BEGIN Information

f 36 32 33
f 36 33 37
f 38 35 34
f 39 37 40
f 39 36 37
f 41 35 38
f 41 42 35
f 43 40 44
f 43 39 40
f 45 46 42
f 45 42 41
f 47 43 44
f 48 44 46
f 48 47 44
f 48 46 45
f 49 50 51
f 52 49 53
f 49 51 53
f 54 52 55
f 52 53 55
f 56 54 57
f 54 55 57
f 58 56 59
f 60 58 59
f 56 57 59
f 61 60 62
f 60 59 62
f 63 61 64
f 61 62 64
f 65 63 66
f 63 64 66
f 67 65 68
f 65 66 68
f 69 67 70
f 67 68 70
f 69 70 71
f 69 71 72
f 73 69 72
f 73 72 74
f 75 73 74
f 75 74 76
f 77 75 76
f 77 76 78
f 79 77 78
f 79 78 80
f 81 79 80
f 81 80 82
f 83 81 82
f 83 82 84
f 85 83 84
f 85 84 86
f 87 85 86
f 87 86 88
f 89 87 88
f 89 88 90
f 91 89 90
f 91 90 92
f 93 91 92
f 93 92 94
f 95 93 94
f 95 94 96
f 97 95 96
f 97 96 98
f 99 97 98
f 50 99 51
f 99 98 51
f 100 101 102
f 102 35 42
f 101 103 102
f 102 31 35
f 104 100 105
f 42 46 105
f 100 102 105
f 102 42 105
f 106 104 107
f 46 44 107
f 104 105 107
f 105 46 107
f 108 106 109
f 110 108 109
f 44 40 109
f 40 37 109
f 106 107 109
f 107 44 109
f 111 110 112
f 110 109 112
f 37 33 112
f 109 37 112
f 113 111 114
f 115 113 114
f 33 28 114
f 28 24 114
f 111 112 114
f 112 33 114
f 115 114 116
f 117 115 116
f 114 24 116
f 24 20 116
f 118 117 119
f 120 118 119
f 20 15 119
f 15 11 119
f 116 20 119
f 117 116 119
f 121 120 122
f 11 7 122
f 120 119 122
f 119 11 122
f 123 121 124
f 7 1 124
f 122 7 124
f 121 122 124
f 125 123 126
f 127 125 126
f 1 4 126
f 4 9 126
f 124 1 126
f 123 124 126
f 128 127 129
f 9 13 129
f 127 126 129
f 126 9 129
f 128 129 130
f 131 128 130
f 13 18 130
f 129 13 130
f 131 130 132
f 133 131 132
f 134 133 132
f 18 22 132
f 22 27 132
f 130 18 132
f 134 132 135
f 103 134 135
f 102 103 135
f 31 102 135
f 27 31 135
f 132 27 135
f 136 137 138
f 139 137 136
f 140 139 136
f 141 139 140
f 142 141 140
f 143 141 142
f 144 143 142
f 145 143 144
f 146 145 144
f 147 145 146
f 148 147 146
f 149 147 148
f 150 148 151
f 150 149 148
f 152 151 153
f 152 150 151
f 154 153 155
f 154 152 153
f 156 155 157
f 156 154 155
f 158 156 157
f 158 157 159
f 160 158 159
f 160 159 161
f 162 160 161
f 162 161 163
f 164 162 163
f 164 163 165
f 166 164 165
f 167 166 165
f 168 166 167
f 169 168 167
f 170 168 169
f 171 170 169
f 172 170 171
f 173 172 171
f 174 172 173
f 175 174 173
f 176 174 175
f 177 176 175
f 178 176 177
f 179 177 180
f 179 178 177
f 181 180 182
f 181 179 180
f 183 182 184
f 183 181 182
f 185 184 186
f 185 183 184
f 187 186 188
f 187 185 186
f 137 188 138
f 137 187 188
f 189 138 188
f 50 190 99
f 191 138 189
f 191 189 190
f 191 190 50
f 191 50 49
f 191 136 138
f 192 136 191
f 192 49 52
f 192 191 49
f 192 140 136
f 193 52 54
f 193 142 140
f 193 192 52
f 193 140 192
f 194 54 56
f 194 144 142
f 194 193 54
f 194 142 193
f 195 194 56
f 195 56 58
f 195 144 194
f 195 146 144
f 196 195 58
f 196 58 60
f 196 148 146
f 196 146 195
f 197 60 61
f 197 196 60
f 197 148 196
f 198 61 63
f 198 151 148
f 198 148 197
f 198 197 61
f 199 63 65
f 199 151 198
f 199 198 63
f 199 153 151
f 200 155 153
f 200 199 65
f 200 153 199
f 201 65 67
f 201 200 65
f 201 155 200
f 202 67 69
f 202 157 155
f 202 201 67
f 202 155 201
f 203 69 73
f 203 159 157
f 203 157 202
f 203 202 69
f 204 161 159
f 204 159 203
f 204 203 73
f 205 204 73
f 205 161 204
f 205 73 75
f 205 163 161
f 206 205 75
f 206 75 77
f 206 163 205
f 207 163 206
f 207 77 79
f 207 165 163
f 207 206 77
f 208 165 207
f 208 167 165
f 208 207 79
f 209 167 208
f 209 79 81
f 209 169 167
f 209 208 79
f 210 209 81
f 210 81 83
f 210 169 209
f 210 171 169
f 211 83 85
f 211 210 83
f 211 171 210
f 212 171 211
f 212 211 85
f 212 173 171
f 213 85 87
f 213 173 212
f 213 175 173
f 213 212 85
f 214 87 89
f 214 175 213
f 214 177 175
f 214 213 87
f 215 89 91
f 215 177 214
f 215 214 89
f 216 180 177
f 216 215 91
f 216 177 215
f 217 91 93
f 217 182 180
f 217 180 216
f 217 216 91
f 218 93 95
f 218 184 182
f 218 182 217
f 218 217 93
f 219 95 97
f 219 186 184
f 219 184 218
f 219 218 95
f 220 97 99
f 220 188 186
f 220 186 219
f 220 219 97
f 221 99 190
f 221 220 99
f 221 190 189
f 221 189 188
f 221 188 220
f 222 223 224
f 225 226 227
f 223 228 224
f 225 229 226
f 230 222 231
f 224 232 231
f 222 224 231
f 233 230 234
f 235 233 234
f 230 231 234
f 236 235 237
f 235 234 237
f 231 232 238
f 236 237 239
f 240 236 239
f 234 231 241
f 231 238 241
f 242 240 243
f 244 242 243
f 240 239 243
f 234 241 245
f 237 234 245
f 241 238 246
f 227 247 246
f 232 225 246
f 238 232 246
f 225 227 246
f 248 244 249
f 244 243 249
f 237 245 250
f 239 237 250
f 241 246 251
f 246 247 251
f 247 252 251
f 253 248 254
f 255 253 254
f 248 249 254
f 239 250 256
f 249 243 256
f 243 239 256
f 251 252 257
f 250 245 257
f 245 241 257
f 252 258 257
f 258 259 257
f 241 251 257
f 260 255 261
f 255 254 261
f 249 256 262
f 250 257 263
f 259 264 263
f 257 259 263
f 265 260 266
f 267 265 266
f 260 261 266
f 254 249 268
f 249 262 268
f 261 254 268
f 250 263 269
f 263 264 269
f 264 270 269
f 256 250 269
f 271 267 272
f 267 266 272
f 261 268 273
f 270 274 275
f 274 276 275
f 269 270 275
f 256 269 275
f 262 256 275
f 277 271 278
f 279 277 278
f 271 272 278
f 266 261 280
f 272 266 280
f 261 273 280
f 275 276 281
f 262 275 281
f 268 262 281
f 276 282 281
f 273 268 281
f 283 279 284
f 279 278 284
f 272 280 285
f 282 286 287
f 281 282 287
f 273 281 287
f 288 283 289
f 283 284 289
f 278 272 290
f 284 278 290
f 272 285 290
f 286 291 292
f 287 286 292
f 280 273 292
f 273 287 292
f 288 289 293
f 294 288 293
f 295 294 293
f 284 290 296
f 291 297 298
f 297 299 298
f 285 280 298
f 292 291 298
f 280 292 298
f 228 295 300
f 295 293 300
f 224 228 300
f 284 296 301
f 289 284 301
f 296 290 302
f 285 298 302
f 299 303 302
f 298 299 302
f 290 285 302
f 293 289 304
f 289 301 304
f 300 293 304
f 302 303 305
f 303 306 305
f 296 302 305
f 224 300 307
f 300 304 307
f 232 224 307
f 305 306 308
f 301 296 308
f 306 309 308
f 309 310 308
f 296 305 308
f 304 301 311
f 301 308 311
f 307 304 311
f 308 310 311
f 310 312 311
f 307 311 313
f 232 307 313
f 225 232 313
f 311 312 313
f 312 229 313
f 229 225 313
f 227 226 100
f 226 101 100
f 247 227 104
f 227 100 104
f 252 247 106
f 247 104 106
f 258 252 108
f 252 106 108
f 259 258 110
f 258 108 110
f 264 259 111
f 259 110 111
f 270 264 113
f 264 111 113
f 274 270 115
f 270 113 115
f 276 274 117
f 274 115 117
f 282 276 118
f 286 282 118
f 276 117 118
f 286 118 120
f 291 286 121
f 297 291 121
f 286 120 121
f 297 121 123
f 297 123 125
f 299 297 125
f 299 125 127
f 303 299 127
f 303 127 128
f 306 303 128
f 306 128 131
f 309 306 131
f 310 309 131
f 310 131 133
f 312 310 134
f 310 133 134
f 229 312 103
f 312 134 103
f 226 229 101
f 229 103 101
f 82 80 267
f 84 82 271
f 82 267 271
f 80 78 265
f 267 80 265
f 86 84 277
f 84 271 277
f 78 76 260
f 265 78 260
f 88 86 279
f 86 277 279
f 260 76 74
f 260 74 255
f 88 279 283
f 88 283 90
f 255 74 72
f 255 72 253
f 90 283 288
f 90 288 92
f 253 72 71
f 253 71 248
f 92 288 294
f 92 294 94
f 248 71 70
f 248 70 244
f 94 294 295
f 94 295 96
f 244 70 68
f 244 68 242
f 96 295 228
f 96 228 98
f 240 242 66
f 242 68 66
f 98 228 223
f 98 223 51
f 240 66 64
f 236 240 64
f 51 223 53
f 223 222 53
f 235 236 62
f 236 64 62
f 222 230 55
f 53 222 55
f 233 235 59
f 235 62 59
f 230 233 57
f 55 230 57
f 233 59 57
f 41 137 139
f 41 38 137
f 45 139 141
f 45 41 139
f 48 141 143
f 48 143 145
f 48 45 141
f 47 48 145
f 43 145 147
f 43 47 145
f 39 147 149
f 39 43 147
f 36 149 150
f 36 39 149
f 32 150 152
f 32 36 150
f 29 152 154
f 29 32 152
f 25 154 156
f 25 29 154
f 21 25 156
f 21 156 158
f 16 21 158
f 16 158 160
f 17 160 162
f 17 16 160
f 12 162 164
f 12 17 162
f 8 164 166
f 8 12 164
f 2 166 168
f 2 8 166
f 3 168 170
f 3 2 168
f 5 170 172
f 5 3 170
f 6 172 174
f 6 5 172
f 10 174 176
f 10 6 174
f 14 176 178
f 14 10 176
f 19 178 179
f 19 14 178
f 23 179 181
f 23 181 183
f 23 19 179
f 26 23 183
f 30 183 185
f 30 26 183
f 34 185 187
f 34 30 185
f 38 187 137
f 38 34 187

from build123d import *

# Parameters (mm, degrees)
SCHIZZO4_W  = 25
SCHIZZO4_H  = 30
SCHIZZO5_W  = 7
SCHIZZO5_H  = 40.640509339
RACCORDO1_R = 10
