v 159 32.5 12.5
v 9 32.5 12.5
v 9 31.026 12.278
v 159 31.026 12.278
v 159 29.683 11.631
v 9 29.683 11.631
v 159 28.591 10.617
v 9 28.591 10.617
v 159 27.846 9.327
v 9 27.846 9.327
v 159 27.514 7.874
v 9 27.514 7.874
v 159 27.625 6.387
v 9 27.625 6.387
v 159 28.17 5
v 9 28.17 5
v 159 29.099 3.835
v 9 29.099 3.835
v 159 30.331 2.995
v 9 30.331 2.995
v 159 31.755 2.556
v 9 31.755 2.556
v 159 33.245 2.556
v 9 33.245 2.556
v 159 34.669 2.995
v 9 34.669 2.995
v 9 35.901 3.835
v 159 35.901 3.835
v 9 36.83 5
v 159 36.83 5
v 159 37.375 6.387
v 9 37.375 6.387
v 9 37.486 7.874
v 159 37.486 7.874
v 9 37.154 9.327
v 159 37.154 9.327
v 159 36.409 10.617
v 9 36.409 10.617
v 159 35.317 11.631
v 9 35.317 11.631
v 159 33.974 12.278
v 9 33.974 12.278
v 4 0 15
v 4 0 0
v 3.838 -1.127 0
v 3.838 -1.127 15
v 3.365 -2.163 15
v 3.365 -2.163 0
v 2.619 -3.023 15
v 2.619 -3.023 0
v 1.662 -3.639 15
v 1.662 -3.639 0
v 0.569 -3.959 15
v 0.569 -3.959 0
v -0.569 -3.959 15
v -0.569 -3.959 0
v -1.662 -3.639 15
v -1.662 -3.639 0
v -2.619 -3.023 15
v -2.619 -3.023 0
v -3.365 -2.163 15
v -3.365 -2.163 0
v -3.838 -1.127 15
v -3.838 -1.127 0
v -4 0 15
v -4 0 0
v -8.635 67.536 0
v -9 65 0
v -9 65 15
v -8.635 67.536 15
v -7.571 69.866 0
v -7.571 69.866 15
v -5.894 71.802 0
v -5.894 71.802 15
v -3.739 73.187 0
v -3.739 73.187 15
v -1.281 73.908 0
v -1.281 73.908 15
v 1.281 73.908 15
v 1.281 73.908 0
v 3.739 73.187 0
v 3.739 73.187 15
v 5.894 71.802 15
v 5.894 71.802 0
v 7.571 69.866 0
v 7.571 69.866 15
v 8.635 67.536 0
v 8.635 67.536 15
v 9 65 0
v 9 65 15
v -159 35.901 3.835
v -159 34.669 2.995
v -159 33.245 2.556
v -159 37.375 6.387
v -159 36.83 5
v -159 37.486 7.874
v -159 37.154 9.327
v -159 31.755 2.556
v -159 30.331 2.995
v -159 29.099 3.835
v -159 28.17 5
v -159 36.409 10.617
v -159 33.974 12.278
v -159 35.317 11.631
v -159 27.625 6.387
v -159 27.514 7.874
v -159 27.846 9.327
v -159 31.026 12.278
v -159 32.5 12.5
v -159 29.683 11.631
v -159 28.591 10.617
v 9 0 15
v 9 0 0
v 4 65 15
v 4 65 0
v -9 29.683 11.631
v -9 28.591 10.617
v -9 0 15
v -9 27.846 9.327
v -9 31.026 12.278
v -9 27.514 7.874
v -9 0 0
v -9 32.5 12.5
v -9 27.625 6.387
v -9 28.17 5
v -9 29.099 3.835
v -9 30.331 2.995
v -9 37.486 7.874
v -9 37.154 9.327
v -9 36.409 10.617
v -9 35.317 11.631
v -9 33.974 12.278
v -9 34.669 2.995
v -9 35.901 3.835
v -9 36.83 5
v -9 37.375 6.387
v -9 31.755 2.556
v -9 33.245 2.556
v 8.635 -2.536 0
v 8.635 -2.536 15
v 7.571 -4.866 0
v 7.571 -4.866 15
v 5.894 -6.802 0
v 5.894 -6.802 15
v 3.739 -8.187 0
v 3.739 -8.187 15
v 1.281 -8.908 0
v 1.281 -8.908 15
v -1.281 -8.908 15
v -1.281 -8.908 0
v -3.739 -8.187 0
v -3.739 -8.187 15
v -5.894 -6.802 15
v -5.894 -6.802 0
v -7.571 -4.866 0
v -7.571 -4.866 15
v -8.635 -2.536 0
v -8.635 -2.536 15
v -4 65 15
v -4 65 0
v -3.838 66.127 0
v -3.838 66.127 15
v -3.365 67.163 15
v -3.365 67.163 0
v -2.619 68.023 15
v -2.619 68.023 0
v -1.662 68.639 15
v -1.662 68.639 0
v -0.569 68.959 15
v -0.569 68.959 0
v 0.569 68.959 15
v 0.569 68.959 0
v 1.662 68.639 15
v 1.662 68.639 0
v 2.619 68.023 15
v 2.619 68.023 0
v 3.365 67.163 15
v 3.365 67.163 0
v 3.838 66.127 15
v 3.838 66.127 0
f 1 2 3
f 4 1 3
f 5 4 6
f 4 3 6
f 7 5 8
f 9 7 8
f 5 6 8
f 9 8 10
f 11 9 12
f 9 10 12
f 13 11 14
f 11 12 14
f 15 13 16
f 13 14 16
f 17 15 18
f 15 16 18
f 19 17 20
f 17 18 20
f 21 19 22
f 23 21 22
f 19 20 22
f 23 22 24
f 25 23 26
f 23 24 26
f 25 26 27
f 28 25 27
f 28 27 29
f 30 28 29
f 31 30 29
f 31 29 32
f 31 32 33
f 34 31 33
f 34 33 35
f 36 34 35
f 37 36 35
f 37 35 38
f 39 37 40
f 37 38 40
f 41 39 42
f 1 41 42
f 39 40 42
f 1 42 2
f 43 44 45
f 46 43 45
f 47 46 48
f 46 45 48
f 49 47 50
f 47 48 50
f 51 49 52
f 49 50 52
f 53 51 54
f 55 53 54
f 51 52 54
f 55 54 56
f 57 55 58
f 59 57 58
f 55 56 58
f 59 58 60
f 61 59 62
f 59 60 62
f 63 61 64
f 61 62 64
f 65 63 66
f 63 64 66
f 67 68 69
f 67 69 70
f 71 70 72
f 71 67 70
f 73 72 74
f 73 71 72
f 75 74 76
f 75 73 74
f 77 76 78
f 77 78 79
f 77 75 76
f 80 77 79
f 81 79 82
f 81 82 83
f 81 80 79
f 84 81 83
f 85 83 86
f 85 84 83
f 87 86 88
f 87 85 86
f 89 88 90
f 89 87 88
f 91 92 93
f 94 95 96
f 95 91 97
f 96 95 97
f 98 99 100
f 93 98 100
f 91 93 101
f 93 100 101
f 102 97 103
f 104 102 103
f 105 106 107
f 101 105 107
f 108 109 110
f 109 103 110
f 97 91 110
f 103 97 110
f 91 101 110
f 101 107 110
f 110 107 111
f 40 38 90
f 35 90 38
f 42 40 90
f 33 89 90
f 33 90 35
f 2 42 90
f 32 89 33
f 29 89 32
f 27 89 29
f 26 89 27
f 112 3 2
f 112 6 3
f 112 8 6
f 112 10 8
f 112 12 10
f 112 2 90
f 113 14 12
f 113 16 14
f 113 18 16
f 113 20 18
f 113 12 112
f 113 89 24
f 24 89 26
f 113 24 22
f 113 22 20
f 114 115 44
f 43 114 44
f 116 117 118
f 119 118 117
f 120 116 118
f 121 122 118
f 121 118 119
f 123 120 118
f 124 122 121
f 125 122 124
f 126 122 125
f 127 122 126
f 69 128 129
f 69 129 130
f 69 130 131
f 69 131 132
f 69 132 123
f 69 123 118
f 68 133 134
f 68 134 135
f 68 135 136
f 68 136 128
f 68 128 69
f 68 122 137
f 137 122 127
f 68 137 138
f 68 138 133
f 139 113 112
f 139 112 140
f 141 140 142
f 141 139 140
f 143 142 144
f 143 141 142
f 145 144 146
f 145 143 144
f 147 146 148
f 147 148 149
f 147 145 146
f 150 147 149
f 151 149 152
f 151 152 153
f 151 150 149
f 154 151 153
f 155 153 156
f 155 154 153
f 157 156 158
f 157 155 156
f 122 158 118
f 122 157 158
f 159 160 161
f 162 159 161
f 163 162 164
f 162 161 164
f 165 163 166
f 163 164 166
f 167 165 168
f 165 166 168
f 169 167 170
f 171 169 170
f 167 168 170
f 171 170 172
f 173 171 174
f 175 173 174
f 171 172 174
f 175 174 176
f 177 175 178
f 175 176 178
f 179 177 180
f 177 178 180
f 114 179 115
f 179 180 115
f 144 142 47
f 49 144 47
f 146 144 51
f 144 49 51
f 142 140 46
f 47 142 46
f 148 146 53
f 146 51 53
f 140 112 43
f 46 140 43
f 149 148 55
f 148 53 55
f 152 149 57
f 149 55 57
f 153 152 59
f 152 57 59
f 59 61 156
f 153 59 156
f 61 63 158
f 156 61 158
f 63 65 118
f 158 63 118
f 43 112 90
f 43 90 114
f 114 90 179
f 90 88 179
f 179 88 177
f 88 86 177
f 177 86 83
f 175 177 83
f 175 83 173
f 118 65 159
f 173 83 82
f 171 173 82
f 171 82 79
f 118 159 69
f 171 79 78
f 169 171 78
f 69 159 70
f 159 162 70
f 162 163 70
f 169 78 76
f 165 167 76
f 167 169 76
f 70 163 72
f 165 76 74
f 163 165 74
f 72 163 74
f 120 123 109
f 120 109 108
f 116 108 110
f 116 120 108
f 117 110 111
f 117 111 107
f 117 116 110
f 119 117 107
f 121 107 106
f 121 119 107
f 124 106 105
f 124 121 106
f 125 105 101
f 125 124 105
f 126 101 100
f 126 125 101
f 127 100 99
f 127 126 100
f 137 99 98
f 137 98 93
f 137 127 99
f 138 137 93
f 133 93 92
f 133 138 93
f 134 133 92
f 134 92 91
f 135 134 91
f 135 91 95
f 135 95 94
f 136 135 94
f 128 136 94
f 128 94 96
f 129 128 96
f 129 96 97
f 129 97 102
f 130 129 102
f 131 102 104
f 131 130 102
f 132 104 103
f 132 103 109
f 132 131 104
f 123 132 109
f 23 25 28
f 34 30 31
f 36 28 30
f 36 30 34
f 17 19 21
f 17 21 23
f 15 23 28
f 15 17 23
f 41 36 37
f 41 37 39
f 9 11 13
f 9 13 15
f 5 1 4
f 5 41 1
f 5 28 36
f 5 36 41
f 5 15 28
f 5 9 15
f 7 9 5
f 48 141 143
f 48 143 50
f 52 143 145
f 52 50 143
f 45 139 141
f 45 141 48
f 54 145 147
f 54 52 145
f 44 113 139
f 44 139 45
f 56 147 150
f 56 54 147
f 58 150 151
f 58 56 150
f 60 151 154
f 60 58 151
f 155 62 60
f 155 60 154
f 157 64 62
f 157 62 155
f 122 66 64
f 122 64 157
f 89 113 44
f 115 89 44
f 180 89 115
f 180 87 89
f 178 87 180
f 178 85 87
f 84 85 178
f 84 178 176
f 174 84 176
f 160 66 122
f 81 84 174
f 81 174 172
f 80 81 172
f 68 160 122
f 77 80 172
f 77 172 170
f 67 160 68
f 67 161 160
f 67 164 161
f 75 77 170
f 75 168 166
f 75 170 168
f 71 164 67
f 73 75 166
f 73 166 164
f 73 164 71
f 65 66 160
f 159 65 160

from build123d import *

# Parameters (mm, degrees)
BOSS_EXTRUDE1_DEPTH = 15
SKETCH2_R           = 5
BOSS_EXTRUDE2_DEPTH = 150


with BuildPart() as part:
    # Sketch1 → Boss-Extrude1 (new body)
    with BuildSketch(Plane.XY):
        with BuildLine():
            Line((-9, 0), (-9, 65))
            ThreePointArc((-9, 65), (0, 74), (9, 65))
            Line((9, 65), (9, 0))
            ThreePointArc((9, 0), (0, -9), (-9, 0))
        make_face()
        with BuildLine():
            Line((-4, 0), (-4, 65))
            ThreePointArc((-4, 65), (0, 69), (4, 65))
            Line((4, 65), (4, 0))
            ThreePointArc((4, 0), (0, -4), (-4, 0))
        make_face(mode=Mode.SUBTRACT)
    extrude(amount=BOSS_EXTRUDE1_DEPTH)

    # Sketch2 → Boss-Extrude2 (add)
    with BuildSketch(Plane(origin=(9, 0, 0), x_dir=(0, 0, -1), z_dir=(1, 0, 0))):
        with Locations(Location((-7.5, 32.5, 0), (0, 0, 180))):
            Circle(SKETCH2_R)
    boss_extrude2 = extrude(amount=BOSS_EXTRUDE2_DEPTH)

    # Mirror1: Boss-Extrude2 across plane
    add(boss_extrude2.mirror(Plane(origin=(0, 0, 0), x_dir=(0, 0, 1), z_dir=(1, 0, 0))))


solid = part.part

END Information

Problem description ::
Take the stretch of lines above from the one containing "f 137 127 99" through the one containing "f 122 66 64" and repeat it exactly, adding no other line.

Answer ::
f 137 127 99
f 138 137 93
f 133 93 92
f 133 138 93
f 134 133 92
f 134 92 91
f 135 134 91
f 135 91 95
f 135 95 94
f 136 135 94
f 128 136 94
f 128 94 96
f 129 128 96
f 129 96 97
f 129 97 102
f 130 129 102
f 131 102 104
f 131 130 102
f 132 104 103
f 132 103 109
f 132 131 104
f 123 132 109
f 23 25 28
f 34 30 31
f 36 28 30
f 36 30 34
f 17 19 21
f 17 21 23
f 15 23 28
f 15 17 23
f 41 36 37
f 41 37 39
f 9 11 13
f 9 13 15
f 5 1 4
f 5 41 1
f 5 28 36
f 5 36 41
f 5 15 28
f 5 9 15
f 7 9 5
f 48 141 143
f 48 143 50
f 52 143 145
f 52 50 143
f 45 139 141
f 45 141 48
f 54 145 147
f 54 52 145
f 44 113 139
f 44 139 45
f 56 147 150
f 56 54 147
f 58 150 151
f 58 56 150
f 60 151 154
f 60 58 151
f 155 62 60
f 155 60 154
f 157 64 62
f 157 62 155
f 122 66 64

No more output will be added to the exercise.